Saat baru menjadi wartawan, aku menggunakan celana jeans, kaos lengan panjang, tas ransel atau sling bag serta sneakers. Setelah aku pindah ke halaman perempuan -Celoteh-, penampilanku juga berubah. Aku memilih rok, cardigan, kemeja, tote bag dan high heels. Penampilanku saat mengerjakan halaman Celoteh, lebih sering dikira PR perusahaan. Bahkan tak jarang aku yang sering mendengarkan tanggapan pengunjung, sebelum PR asli yang menemui.
“Mbak, kayaknya dulu pake kaos ayuk, sweeter ayuk, apa aa deh,” kata Echa salah satu rekan kerjaku dulu.
“Coba tanya papahnay Cinta deh, sebagai wartawan yang udah lama,” tanggapan teman-temanku yang lain.
Rata-rata, yang berkomentar adalah alumni sepertiku. Dan mereka juga tidak yakin dengan pakem seragam wartawan.
Maka, dengan ide dadakan aku memutuskan membuat id card untuk cinta. Cukup di print di kertas hvs lalu kutempelkan di card holderku saat bekerja dulu. Dan voila, jadilah Cinta wartawan.
Biar makin meyakinkan, Cinta mengalungkan kamera mini mainannya yang sudah rusak. Dan biar keliatan “papahnya”, Cinta juga memakai kemeja kotak-kotak hijau.
“Wuih keren,” seru papahnya saat melihat kostum Cinta dipagi hari. “Tapi papah berharap anak-anak papah gak ada yang jadi wartawan,” tambah papahnya lirih. Aku tentu saja tertawa. Jika kebanyakan orangtua ingin anaknya melanjutkan jejaknya, tidak dengan suamiku.
Qadarullah, saat hari H hujan turun. Maka acara karnavalpun sedikit terlambat.

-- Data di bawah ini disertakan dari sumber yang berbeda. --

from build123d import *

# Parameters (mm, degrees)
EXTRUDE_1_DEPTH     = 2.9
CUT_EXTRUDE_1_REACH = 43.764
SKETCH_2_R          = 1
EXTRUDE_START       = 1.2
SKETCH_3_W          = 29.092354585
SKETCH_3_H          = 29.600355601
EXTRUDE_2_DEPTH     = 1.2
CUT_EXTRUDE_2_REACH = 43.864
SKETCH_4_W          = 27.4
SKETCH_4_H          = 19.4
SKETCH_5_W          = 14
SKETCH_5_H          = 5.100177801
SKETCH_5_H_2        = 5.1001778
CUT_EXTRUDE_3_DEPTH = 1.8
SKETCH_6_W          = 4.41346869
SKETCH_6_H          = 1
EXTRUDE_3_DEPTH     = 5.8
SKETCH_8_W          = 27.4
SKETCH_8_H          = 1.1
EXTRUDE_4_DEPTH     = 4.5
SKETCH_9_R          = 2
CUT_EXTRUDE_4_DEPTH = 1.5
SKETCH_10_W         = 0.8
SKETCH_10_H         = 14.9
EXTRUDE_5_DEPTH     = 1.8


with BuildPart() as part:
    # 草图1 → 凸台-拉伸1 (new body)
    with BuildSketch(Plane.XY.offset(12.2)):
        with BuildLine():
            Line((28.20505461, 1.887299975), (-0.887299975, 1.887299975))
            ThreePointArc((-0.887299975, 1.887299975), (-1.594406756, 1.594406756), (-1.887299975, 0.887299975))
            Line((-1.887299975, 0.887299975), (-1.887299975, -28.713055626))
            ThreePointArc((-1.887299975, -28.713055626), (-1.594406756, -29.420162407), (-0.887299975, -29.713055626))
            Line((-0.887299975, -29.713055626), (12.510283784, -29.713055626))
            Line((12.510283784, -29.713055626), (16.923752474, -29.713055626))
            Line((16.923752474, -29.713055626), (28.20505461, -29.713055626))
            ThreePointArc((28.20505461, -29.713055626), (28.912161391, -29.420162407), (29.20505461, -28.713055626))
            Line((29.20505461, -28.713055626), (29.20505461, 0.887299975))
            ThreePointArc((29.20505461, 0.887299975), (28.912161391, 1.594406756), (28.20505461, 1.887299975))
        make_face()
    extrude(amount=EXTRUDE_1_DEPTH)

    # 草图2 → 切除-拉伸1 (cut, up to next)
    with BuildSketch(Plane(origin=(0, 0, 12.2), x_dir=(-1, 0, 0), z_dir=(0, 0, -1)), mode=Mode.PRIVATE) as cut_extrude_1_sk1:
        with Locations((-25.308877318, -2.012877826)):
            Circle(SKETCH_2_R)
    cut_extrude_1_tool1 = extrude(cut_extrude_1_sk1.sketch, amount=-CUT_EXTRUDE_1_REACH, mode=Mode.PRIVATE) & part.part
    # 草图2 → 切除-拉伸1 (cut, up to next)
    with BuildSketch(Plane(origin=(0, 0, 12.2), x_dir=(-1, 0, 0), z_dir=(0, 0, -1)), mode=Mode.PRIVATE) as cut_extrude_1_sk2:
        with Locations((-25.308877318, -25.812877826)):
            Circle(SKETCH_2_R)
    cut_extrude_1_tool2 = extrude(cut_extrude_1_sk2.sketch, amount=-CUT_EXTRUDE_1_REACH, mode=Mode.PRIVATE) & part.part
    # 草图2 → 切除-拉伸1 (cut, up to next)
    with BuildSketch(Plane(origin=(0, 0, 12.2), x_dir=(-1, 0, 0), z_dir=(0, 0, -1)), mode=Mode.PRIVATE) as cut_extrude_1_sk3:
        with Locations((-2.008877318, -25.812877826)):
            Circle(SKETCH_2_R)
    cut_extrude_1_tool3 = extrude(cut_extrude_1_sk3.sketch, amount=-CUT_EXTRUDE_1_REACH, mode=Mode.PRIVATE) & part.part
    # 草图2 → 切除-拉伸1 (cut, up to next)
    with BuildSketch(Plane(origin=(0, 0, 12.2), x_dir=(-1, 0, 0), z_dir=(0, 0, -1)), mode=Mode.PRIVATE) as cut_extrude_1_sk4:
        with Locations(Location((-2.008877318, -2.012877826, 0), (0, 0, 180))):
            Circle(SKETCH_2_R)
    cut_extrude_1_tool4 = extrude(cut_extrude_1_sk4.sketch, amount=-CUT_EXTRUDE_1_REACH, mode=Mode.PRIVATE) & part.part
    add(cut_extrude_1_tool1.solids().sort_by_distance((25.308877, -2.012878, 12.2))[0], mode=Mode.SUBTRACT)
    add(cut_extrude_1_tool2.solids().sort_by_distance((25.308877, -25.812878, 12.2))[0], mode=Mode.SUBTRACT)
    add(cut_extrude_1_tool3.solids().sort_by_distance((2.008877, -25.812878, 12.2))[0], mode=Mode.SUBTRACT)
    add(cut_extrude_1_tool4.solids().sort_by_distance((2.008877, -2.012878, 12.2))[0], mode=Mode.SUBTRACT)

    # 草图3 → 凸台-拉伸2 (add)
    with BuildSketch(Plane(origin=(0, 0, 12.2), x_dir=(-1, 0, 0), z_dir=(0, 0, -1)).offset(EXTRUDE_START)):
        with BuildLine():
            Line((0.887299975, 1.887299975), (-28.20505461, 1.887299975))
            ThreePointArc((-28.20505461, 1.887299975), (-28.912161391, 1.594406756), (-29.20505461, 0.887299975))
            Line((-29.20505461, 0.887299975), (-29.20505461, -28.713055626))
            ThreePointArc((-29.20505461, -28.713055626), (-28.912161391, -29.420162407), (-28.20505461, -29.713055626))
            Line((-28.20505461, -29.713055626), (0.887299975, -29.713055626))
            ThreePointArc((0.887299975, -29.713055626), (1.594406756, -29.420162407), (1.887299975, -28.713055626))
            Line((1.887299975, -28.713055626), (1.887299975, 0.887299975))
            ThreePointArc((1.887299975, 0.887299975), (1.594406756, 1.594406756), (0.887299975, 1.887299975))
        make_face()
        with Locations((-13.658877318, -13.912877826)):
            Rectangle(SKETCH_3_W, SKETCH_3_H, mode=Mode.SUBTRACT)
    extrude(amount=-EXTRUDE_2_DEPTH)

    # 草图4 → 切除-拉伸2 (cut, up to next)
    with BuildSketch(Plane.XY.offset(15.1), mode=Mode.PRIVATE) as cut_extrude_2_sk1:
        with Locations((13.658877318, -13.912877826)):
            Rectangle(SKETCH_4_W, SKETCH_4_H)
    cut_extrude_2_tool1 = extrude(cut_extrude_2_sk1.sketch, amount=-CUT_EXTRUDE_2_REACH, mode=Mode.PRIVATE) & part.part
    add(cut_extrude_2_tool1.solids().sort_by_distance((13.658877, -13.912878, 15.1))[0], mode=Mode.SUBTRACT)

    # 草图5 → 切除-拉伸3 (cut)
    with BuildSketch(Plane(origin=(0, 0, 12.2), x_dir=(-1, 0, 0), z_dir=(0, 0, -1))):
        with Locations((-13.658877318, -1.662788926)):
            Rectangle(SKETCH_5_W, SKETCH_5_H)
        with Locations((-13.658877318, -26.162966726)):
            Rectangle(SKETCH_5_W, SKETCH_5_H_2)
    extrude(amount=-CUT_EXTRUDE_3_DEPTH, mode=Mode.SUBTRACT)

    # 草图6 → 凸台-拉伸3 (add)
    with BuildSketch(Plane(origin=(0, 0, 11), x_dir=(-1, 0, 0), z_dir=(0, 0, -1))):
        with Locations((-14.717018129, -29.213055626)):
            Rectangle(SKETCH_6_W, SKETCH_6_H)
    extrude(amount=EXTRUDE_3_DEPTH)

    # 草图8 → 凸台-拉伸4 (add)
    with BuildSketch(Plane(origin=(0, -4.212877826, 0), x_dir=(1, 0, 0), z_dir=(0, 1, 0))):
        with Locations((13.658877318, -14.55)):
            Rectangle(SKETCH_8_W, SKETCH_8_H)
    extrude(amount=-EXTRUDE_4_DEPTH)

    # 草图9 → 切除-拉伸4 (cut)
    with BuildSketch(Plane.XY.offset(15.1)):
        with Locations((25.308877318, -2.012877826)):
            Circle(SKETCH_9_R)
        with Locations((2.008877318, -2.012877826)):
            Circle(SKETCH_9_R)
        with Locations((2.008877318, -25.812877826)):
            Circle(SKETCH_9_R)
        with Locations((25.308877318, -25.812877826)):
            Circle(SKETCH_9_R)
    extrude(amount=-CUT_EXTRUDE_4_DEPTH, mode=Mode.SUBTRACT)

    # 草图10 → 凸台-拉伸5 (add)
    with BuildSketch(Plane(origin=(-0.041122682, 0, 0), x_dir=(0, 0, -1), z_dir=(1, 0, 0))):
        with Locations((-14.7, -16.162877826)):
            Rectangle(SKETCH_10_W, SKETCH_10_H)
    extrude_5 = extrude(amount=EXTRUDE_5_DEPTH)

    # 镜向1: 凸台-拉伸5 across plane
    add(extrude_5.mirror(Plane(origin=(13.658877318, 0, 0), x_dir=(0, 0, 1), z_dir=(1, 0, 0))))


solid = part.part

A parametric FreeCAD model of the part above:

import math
import FreeCAD as App
import Part
import Sketcher

V = App.Vector


def add_polygon(sketch, points):
    """Adds a closed chain of lines whose ends are joined by coincident constraints."""
    first, n = sketch.GeometryCount, len(points)
    for a, b in zip(points, points[1:] + points[:1]):
        sketch.addGeometry(Part.LineSegment(App.Vector(*a, 0), App.Vector(*b, 0)), False)
    for i in range(n):
        sketch.addConstraint(Sketcher.Constraint("Coincident", first + i, 2, first + (i + 1) % n, 1))

doc = App.newDocument("Part")
body = doc.addObject("PartDesign::Body", "Body")

# Sketch on XY plane
sketch1 = body.newObject("Sketcher::SketchObject", "Sketch")
sketch1.AttachmentSupport = (doc.getObject("XY_Plane"), [""])
sketch1.MapMode = "FlatFace"
sketch1.AttachmentOffset = App.Placement(V(0, 0, 12.2), App.Rotation())
sketch1.addGeometry(Part.LineSegment(V(28.2, 1.9, 0), V(-0.9, 1.9, 0)), False)
sketch1.addGeometry(Part.ArcOfCircle(Part.Circle(V(-0.9, 0.9, 0), V(0, 0, 1), 1), math.radians(90), math.radians(180)), False)
sketch1.addGeometry(Part.LineSegment(V(-1.9, 0.9, 0), V(-1.9, -28.7, 0)), False)
sketch1.addGeometry(Part.ArcOfCircle(Part.Circle(V(-0.9, -28.7, 0), V(0, 0, 1), 1), math.radians(-180), math.radians(-90)), False)
sketch1.addGeometry(Part.LineSegment(V(-0.9, -29.7, 0), V(28.2, -29.7, 0)), False)
sketch1.addGeometry(Part.ArcOfCircle(Part.Circle(V(28.2, -28.7, 0), V(0, 0, 1), 1), math.radians(-90), math.radians(0)), False)
sketch1.addGeometry(Part.LineSegment(V(29.2, -28.7, 0), V(29.2, 0.9, 0)), False)
sketch1.addGeometry(Part.ArcOfCircle(Part.Circle(V(28.2, 0.9, 0), V(0, 0, 1), 1), math.radians(0), math.radians(90)), False)
sketch1.addConstraint(Sketcher.Constraint("Tangent", 0, 2, 1, 1))
sketch1.addConstraint(Sketcher.Constraint("Tangent", 1, 2, 2, 1))
sketch1.addConstraint(Sketcher.Constraint("Tangent", 2, 2, 3, 1))
sketch1.addConstraint(Sketcher.Constraint("Tangent", 3, 2, 4, 1))
sketch1.addConstraint(Sketcher.Constraint("Tangent", 4, 2, 5, 1))
sketch1.addConstraint(Sketcher.Constraint("Tangent", 5, 2, 6, 1))
sketch1.addConstraint(Sketcher.Constraint("Tangent", 6, 2, 7, 1))
sketch1.addConstraint(Sketcher.Constraint("Tangent", 7, 2, 0, 1))
sketch1.addConstraint(Sketcher.Constraint("Horizontal", 0))
sketch1.addConstraint(Sketcher.Constraint("Vertical", 2))
sketch1.addConstraint(Sketcher.Constraint("Horizontal", 4))
sketch1.addConstraint(Sketcher.Constraint("Vertical", 6))
sketch1.addConstraint(Sketcher.Constraint("Equal", 1, 3))
sketch1.addConstraint(Sketcher.Constraint("Equal", 3, 5))
sketch1.addConstraint(Sketcher.Constraint("Equal", 5, 7))
sketch1.addConstraint(Sketcher.Constraint("Radius", 1, 1.0))
sketch1.addConstraint(Sketcher.Constraint("DistanceX", 1, 3, -1, 1, 0.8873))
sketch1.addConstraint(Sketcher.Constraint("DistanceY", -1, 1, 1, 3, 0.8873))
sketch1.addConstraint(Sketcher.Constraint("DistanceX", 0, 2, 0, 1, 29.092355))
sketch1.addConstraint(Sketcher.Constraint("DistanceY", 2, 2, 2, 1, 29.600356))
pad1 = body.newObject("PartDesign::Pad", "Pad")
pad1.Profile = sketch1
pad1.Length = 2.9

# Sketch on XY plane
sketch2 = body.newObject("Sketcher::SketchObject", "Sketch001")
sketch2.AttachmentSupport = (doc.getObject("XY_Plane"), [""])
sketch2.MapMode = "FlatFace"
sketch2.AttachmentOffset = App.Placement(V(0, 0, 12.2), App.Rotation())
sketch2.addGeometry(Part.Circle(V(25.3, -2, 0), V(0, 0, 1), 1), False)
sketch2.addConstraint(Sketcher.Constraint("Diameter", 0, 2.0))
sketch2.addConstraint(Sketcher.Constraint("DistanceX", -1, 1, 0, 3, 25.308877))
sketch2.addConstraint(Sketcher.Constraint("DistanceY", 0, 3, -1, 1, 2.012878))
pocket1 = body.newObject("PartDesign::Pocket", "Pocket")
pocket1.Profile = sketch2
pocket1.Type = "UpToFirst"
pocket1.Reversed = True

# Sketch on XY plane
sketch3 = body.newObject("Sketcher::SketchObject", "Sketch002")
sketch3.AttachmentSupport = (doc.getObject("XY_Plane"), [""])
sketch3.MapMode = "FlatFace"
sketch3.AttachmentOffset = App.Placement(V(0, 0, 12.2), App.Rotation())
sketch3.addGeometry(Part.Circle(V(25.3, -25.8, 0), V(0, 0, 1), 1), False)
sketch3.addConstraint(Sketcher.Constraint("Diameter", 0, 2.0))
sketch3.addConstraint(Sketcher.Constraint("DistanceX", -1, 1, 0, 3, 25.308877))
sketch3.addConstraint(Sketcher.Constraint("DistanceY", 0, 3, -1, 1, 25.812878))
pocket2 = body.newObject("PartDesign::Pocket", "Pocket001")
pocket2.Profile = sketch3
pocket2.Type = "UpToFirst"
pocket2.Reversed = True

# Sketch on XY plane
sketch4 = body.newObject("Sketcher::SketchObject", "Sketch003")
sketch4.AttachmentSupport = (doc.getObject("XY_Plane"), [""])
sketch4.MapMode = "FlatFace"
sketch4.AttachmentOffset = App.Placement(V(0, 0, 12.2), App.Rotation())
sketch4.addGeometry(Part.Circle(V(2, -25.8, 0), V(0, 0, 1), 1), False)
sketch4.addConstraint(Sketcher.Constraint("Diameter", 0, 2.0))
sketch4.addConstraint(Sketcher.Constraint("DistanceX", -1, 1, 0, 3, 2.008877))
sketch4.addConstraint(Sketcher.Constraint("DistanceY", 0, 3, -1, 1, 25.812878))
pocket3 = body.newObject("PartDesign::Pocket", "Pocket002")
pocket3.Profile = sketch4
pocket3.Type = "UpToFirst"
pocket3.Reversed = True

# Sketch on XY plane
sketch5 = body.newObject("Sketcher::SketchObject", "Sketch004")
sketch5.AttachmentSupport = (doc.getObject("XY_Plane"), [""])
sketch5.MapMode = "FlatFace"
sketch5.AttachmentOffset = App.Placement(V(0, 0, 12.2), App.Rotation())
sketch5.addGeometry(Part.Circle(V(2, -2, 0), V(0, 0, 1), 1), False)
sketch5.addConstraint(Sketcher.Constraint("Diameter", 0, 2.0))
sketch5.addConstraint(Sketcher.Constraint("DistanceX", -1, 1, 0, 3, 2.008877))
sketch5.addConstraint(Sketcher.Constraint("DistanceY", 0, 3, -1, 1, 2.012878))
pocket4 = body.newObject("PartDesign::Pocket", "Pocket003")
pocket4.Profile = sketch5
pocket4.Type = "UpToFirst"
pocket4.Reversed = True

# Sketch on XY plane
sketch6 = body.newObject("Sketcher::SketchObject", "Sketch005")
sketch6.AttachmentSupport = (doc.getObject("XY_Plane"), [""])
sketch6.MapMode = "FlatFace"
sketch6.AttachmentOffset = App.Placement(V(0, 0, 11), App.Rotation())
sketch6.addGeometry(Part.LineSegment(V(-0.9, 1.9, 0), V(28.2, 1.9, 0)), False)  # 0
sketch6.addGeometry(Part.ArcOfCircle(Part.Circle(V(28.2, 0.9, 0), V(0, 0, 1), 1), math.radians(0), math.radians(90)), False)  # 1
sketch6.addGeometry(Part.LineSegment(V(29.2, 0.9, 0), V(29.2, -28.7, 0)), False)  # 2
sketch6.addGeometry(Part.ArcOfCircle(Part.Circle(V(28.2, -28.7, 0), V(0, 0, 1), 1), math.radians(-90), math.radians(0)), False)  # 3
sketch6.addGeometry(Part.LineSegment(V(28.2, -29.7, 0), V(-0.9, -29.7, 0)), False)  # 4
sketch6.addGeometry(Part.ArcOfCircle(Part.Circle(V(-0.9, -28.7, 0), V(0, 0, 1), 1), math.radians(-180), math.radians(-90)), False)  # 5
sketch6.addGeometry(Part.LineSegment(V(-1.9, -28.7, 0), V(-1.9, 0.9, 0)), False)  # 6
sketch6.addGeometry(Part.ArcOfCircle(Part.Circle(V(-0.9, 0.9, 0), V(0, 0, 1), 1), math.radians(90), math.radians(180)), False)  # 7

“De, gak bawa payung,” tanya ibuku.
“Gak. Gak kepikiran,” jawabku.
“Itu orangtua murid pada dampingi lho. Payungin anak-anaknya satu-satu. Ada yang bawa terpal, anaknya sambil jalan,” cerita ibu. Yang turun menanti Cinta karnaval adalah nenek, papahnya dan Cicah. Aku harus di mobil rena Rangga tertidur saat perjalanan. Mau mengajak turun, karena hujan, maka kuurungkan.
“Ya udah, next kita bawain payung atau terpal,” jawabku.
Eh ternyata aku salah. Bunda-bunda Cinta di sekolah malah mendapatkan pujian, karena murid-muridnya yang mandiri. Tak ada yang mendampingi atau menangis karena ditinggal orangtuanya. Kami seperti tega melepaskan anak-anak kehujanan. Sesuatu yang tadinya dianggap salah, tapi ternyata tanpa sadar mengajarkan anak-anak kemandirian.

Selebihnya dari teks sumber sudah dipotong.